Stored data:
+++
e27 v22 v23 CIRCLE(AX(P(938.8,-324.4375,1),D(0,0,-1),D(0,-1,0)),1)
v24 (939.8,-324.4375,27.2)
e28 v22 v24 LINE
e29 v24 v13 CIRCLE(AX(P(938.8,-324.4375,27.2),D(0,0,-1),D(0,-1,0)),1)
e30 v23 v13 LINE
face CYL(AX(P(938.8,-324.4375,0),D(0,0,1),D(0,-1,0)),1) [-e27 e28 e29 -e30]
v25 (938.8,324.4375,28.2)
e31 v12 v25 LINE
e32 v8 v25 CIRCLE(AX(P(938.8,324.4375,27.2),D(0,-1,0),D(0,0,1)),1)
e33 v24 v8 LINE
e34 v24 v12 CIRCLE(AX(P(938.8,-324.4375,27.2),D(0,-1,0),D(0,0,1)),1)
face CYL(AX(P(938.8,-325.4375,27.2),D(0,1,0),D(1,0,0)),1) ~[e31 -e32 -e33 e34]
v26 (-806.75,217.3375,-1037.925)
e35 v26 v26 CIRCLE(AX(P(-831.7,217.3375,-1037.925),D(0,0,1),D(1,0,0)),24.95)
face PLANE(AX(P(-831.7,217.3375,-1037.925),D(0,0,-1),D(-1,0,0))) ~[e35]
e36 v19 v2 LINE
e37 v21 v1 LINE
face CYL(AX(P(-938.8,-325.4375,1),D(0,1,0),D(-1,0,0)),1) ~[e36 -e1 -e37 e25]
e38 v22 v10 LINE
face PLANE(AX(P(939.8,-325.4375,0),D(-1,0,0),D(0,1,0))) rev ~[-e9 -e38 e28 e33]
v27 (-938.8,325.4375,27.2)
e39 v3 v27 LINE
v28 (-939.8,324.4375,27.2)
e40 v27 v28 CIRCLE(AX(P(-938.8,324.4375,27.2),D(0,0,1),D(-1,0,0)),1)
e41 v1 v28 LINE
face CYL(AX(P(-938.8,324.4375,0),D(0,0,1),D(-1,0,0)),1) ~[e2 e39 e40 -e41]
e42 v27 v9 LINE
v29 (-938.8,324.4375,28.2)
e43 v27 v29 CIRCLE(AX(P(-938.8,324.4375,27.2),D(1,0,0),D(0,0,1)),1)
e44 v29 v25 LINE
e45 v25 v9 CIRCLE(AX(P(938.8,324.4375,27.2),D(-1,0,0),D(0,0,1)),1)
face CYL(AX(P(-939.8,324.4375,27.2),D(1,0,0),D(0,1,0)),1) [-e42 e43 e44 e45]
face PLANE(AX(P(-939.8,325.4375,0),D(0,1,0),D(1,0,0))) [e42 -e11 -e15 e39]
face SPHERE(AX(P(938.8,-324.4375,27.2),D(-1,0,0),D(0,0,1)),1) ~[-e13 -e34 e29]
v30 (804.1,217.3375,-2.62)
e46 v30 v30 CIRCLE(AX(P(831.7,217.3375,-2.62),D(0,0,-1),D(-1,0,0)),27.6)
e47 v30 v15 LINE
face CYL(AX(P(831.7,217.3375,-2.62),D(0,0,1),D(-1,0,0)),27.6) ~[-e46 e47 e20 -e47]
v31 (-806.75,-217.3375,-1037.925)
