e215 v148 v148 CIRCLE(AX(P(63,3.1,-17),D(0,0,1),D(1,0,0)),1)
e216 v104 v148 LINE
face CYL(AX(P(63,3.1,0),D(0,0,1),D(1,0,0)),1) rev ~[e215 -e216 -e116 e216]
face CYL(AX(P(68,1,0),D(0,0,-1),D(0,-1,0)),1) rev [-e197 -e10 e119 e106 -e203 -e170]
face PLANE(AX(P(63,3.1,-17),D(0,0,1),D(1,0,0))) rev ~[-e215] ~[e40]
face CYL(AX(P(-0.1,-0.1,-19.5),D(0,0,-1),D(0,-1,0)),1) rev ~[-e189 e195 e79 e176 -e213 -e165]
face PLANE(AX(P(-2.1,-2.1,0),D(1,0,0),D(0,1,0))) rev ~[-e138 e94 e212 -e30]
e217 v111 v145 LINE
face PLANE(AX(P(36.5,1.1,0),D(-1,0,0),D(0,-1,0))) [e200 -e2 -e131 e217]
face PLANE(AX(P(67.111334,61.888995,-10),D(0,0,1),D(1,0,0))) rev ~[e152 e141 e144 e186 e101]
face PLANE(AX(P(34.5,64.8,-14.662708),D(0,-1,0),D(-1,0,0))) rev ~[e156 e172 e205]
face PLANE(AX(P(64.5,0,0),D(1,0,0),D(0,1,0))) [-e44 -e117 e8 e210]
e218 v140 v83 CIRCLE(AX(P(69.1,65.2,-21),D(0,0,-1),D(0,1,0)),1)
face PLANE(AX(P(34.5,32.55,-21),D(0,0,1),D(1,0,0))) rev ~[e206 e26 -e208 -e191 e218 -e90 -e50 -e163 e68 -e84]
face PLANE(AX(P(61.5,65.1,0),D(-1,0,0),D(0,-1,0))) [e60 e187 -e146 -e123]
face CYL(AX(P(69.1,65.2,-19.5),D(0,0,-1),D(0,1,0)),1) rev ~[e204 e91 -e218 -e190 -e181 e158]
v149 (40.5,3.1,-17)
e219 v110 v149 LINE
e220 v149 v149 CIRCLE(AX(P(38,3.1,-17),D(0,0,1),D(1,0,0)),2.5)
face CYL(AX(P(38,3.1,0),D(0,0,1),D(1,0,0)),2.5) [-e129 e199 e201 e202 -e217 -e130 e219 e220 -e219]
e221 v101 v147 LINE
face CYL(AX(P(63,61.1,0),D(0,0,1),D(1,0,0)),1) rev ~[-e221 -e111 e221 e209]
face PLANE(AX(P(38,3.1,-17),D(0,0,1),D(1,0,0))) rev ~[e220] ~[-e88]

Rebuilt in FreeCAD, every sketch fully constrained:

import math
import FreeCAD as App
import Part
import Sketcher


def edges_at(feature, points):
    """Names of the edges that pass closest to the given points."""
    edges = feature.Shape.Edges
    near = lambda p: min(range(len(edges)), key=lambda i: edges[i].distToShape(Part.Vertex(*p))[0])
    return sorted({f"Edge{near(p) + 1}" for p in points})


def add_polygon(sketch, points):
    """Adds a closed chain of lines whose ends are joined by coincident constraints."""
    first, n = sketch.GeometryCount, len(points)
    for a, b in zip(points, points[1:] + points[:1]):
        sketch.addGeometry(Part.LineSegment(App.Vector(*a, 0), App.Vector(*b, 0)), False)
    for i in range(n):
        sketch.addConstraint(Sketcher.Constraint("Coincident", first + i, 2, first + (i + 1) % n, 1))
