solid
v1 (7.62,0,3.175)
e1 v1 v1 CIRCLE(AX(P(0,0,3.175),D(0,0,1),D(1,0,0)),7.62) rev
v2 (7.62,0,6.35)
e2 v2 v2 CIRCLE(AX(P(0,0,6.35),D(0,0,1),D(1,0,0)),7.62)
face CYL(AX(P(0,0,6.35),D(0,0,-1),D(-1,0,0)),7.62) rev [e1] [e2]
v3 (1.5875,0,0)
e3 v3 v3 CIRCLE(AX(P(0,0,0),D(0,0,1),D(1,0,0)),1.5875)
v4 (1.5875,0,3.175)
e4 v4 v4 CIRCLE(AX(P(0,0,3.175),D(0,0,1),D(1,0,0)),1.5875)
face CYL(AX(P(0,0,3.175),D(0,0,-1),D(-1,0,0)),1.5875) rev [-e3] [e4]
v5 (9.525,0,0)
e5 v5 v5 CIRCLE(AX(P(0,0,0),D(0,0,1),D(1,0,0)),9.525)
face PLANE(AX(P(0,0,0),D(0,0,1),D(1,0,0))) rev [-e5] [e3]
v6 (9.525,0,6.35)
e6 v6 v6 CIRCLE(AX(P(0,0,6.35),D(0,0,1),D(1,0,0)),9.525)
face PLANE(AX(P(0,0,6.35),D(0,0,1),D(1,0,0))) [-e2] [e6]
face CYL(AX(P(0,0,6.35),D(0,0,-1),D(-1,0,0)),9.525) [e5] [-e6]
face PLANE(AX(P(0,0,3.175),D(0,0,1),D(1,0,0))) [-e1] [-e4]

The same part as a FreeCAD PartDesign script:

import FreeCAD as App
import Part
import Sketcher
Q = App.Units.Quantity

doc = App.newDocument("Part")
body = doc.addObject("PartDesign::Body", "Body")

# Sketch on XY plane
sketch1 = body.newObject("Sketcher::SketchObject", "Sketch")
sketch1.AttachmentSupport = (doc.getObject("XY_Plane"), [""])
sketch1.MapMode = "FlatFace"
sketch1.addGeometry(Part.Circle(App.Vector(0, 0, 0), App.Vector(0, 0, 1), 7.62), False)
sketch1.addGeometry(Part.Circle(App.Vector(0, 0, 0), App.Vector(0, 0, 1), 1.5875), False)
sketch1.addConstraint(Sketcher.Constraint("Coincident", 0, 3, -1, 1))
sketch1.addConstraint(Sketcher.Constraint("Coincident", 1, 3, -1, 1))
sketch1.addConstraint(Sketcher.Constraint("Diameter", 0, Q("0.6 in")))
sketch1.addConstraint(Sketcher.Constraint("Diameter", 1, Q("0.125 in")))
pad1 = body.newObject("PartDesign::Pad", "Pad")
pad1.Profile = sketch1
pad1.Length = Q("0.125 in")

# Sketch on XY plane
sketch2 = body.newObject("Sketcher::SketchObject", "Sketch001")
sketch2.AttachmentSupport = (doc.getObject("XY_Plane"), [""])
sketch2.MapMode = "FlatFace"
sketch2.addGeometry(Part.Circle(App.Vector(0, 0, 0), App.Vector(0, 0, 1), 9.525), False)
sketch2.addGeometry(Part.Circle(App.Vector(0, 0, 0), App.Vector(0, 0, 1), 7.62), False)
sketch2.addConstraint(Sketcher.Constraint("Coincident", 0, 3, -1, 1))
sketch2.addConstraint(Sketcher.Constraint("Coincident", 1, 3, -1, 1))
sketch2.addConstraint(Sketcher.Constraint("Diameter", 1, Q("0.6 in")))
sketch2.addConstraint(Sketcher.Constraint("Diameter", 0, Q("0.75 in")))
pad2 = body.newObject("PartDesign::Pad", "Pad001")
pad2.Profile = sketch2
pad2.Length = Q("0.25 in")

doc.recompute()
+++
Show the lines of the records above that mention "points".

Answer to this problem:
def edges_at(feature, points):
    """Names of the edges that pass closest to the given points."""
    return sorted({f"Edge{near(p) + 1}" for p in points})
def add_polygon(sketch, points):
    first, n = sketch.GeometryCount, len(points)
    for a, b in zip(points, points[1:] + points[:1]):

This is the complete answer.